→ Work task
If a line in the records below contains "circle", copy that line.

→ Source information
= Beginning of Section =
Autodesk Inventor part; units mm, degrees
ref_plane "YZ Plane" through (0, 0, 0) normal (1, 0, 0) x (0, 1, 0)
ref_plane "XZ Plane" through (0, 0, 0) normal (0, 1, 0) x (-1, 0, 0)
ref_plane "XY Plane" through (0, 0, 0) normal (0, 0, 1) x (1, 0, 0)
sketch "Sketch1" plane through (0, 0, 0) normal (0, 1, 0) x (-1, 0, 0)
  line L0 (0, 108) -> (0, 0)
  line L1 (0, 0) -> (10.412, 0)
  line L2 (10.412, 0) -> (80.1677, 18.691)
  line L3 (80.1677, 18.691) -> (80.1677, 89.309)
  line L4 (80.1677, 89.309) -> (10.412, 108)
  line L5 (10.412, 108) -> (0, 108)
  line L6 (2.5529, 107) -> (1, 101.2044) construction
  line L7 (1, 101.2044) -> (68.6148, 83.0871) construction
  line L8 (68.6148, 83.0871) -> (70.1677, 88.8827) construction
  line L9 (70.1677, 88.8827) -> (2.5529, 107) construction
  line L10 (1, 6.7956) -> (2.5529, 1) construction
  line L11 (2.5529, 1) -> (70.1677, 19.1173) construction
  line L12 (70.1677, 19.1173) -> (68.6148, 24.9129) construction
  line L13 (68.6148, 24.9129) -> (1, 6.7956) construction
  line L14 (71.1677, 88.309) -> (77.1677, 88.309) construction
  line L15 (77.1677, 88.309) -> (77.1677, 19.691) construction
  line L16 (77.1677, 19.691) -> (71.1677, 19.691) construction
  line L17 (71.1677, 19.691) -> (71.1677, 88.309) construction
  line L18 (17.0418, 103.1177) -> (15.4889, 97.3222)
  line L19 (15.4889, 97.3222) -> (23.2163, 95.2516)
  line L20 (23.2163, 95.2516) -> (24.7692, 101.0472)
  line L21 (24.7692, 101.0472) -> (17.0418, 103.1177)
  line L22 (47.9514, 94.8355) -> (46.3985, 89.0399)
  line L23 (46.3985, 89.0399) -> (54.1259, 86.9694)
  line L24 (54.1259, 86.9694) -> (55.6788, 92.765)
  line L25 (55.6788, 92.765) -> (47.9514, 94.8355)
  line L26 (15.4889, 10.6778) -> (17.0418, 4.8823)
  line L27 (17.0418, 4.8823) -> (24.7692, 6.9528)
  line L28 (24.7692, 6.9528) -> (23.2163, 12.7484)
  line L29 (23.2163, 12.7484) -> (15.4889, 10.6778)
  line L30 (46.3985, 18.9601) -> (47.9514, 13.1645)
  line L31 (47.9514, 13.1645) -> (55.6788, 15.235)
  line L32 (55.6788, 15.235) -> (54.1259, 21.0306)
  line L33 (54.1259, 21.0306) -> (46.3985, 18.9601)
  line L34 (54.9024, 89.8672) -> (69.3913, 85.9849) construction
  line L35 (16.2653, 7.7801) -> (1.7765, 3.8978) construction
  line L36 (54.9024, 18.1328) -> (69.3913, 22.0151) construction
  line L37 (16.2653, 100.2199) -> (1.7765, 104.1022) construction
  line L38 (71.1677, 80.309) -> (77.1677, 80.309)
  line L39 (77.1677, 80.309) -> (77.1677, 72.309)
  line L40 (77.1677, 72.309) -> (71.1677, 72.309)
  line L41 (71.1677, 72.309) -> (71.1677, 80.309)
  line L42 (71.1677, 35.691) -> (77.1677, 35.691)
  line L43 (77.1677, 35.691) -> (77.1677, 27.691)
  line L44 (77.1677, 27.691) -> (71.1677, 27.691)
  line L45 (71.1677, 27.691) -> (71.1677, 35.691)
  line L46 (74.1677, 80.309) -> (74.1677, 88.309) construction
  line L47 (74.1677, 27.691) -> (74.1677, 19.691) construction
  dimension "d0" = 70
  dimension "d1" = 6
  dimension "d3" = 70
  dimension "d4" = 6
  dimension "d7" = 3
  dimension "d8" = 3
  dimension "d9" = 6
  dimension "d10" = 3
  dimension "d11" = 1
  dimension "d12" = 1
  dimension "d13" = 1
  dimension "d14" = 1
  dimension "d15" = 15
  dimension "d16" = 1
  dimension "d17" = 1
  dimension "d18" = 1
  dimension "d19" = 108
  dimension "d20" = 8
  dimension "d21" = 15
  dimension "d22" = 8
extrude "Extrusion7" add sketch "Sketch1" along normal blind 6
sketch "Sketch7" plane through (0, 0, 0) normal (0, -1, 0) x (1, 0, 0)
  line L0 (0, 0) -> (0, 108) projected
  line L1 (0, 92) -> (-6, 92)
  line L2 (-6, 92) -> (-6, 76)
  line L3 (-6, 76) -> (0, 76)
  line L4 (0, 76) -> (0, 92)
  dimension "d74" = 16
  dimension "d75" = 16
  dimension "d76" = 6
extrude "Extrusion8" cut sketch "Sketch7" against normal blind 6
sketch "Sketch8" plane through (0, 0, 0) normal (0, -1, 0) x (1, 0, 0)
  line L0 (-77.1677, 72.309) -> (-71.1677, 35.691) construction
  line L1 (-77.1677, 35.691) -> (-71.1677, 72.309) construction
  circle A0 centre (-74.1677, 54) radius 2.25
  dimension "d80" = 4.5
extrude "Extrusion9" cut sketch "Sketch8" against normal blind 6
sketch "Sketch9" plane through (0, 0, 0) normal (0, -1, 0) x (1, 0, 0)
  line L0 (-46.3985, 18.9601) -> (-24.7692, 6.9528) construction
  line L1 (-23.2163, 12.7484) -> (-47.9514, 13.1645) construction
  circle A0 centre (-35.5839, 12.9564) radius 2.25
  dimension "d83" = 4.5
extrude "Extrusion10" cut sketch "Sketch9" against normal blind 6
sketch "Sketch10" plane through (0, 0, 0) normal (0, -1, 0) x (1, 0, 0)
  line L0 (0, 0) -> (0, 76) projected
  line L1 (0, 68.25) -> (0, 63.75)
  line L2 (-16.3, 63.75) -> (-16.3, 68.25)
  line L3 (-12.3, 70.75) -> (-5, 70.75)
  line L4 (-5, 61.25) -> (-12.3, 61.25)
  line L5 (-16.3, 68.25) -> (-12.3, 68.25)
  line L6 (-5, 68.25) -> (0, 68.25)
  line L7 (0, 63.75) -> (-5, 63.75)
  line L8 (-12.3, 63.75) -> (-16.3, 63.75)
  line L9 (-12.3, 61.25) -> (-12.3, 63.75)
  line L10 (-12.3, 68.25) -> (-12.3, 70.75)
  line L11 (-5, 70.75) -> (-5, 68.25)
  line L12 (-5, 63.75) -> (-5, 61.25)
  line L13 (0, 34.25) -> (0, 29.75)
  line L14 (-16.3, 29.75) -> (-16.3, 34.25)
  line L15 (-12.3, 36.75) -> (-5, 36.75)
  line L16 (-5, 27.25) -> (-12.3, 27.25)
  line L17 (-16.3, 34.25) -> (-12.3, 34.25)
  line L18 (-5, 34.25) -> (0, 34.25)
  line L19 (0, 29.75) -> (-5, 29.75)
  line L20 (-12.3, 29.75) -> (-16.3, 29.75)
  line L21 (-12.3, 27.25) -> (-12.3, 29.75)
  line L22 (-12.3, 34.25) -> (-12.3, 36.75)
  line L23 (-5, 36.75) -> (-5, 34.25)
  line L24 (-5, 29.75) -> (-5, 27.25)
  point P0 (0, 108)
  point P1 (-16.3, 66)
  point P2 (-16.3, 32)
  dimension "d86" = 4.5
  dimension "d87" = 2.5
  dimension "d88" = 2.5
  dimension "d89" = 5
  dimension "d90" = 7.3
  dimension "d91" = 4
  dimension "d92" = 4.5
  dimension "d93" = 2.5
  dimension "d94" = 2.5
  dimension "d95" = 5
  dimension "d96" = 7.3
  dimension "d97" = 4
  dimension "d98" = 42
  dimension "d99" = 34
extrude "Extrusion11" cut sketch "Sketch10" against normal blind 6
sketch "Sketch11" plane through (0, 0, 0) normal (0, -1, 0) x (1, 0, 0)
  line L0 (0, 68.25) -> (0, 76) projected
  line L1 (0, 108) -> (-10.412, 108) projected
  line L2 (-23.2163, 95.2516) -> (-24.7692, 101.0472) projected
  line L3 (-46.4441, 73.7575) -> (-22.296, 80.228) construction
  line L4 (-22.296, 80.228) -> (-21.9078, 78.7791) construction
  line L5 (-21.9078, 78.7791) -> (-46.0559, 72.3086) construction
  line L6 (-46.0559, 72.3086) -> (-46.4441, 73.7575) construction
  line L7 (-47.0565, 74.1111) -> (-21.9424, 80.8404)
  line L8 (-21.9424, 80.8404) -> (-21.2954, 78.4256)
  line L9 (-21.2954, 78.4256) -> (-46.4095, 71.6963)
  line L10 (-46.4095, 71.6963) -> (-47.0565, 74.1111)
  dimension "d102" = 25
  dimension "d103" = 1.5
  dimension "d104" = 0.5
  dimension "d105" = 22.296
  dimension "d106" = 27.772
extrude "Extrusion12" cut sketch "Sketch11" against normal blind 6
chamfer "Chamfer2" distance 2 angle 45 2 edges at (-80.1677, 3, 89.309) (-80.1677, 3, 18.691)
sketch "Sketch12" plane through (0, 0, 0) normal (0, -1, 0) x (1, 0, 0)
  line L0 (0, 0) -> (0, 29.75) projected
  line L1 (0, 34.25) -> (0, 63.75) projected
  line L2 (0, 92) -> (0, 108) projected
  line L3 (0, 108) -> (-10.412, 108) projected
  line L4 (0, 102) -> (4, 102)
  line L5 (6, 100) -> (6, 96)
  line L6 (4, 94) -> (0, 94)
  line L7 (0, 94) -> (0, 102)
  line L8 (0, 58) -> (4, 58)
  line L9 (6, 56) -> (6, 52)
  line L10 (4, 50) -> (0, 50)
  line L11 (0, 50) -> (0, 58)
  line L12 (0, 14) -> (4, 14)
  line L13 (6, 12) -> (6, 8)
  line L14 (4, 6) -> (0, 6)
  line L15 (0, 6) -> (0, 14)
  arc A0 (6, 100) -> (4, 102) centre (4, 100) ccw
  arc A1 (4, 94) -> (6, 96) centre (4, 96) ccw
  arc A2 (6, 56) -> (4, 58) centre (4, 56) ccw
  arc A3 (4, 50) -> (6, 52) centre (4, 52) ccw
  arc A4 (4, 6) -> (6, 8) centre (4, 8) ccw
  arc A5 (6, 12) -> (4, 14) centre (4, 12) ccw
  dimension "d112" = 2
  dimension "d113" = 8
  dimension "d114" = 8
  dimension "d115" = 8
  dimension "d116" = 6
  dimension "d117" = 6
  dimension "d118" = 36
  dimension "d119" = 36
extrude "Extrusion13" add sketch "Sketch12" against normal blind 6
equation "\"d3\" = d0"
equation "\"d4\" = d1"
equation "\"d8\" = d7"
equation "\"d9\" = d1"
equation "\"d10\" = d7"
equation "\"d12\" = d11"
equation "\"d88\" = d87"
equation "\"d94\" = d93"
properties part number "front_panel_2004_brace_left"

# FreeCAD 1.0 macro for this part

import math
import FreeCAD as App
import Part
import Sketcher
from FreeCAD import Vector
Q = App.Units.Quantity


def edges_at(feature, points):
    """Names of the edges that pass closest to the given points."""
    edges = feature.Shape.Edges
    near = lambda p: min(range(len(edges)), key=lambda i: edges[i].distToShape(Part.Vertex(*p))[0])
    return sorted({f"Edge{near(p) + 1}" for p in points})


def add_polygon(sketch, points):
    """Adds a closed chain of lines whose ends are joined by coincident constraints."""
    first, n = sketch.GeometryCount, len(points)
    for a, b in zip(points, points[1:] + points[:1]):
        sketch.addGeometry(Part.LineSegment(App.Vector(*a, 0), App.Vector(*b, 0)), False)
    for i in range(n):
        sketch.addConstraint(Sketcher.Constraint("Coincident", first + i, 2, first + (i + 1) % n, 1))

doc = App.newDocument("Part")
params = doc.addObject("Spreadsheet::Sheet", "Params")
for row, (alias, value) in enumerate([
    ("sketch1_width", "6 mm"),
    ("sketch1_height", "108 mm"),
    ("sketch1_height2", "8 mm"),
    ("sketch1_length", "6 mm"),
    ("sketch1_length2", "8 mm"),
    ("pad1_length", "6 mm"),
    ("sketch2_width", "6 mm"),
    ("sketch2_height", "16 mm"),
    ("pocket1_length", "6 mm"),
    ("sketch3_diameter", "4.5 mm"),
    ("pocket2_length", "6 mm"),
    ("sketch4_diameter", "4.5 mm"),
    ("pocket3_length", "6 mm"),
    ("sketch5_width", "5 mm"),
    ("sketch5_width2", "4 mm"),
    ("sketch5_width3", "7.3 mm"),
    ("sketch5_height", "4.5 mm"),
    ("sketch5_height2", "2.5 mm"),
    ("pocket4_length", "6 mm"),
    ("sketch6_length", "26 mm"),
    ("sketch6_length2", "2.5 mm"),
    ("pocket5_length", "6 mm"),
    ("chamfer_size", "2 mm"),
    ("sketch7_radius", "2 mm"),
    ("sketch7_height", "8 mm"),
    ("pad2_length", "6 mm"),
], start=1):
    params.set(f"A{row}", alias)
    params.set(f"B{row}", "=" + value)
    params.setAlias(f"B{row}", alias)

body = doc.addObject("PartDesign::Body", "Body")

# Sketch on XZ plane
sketch1 = doc.addObject("Sketcher::SketchObject", "Sketch")
body.addObject(sketch1)
sketch1.AttachmentSupport = (doc.XZ_Plane, [""])
sketch1.MapMode = "FlatFace"
add_polygon(sketch1, [(-10, 108), (0, 108), (0, 0), (-10, 0), (-80, 19), (-80, 89)])  # lines 0-5
add_polygon(sketch1, [(-17, 5), (-15, 11), (-23, 13), (-25, 7)])  # lines 6-9
add_polygon(sketch1, [(-48, 13), (-46, 19), (-54, 21), (-56, 15)])  # lines 10-13
add_polygon(sketch1, [(-71, 28), (-71, 36), (-77, 36), (-77, 28)])  # lines 14-17
add_polygon(sketch1, [(-15, 97), (-17, 103), (-25, 101), (-23, 95)])  # lines 18-21
add_polygon(sketch1, [(-71, 72), (-71, 80), (-77, 80), (-77, 72)])  # lines 22-25
add_polygon(sketch1, [(-46, 89), (-48, 95), (-56, 93), (-54, 87)])  # lines 26-29
sketch1.addConstraint([
    Sketcher.Constraint("Horizontal", 0),
    Sketcher.Constraint("Vertical", 1),
    Sketcher.Constraint("Horizontal", 2),
    Sketcher.Constraint("Vertical", 4),
    Sketcher.Constraint("Vertical", 14),
    Sketcher.Constraint("Horizontal", 15),
    Sketcher.Constraint("Vertical", 16),
    Sketcher.Constraint("Horizontal", 17),
    Sketcher.Constraint("Vertical", 22),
= End of Section =
→ Expected answer
  circle A0 centre (-74.1677, 54) radius 2.25
  circle A0 centre (-35.5839, 12.9564) radius 2.25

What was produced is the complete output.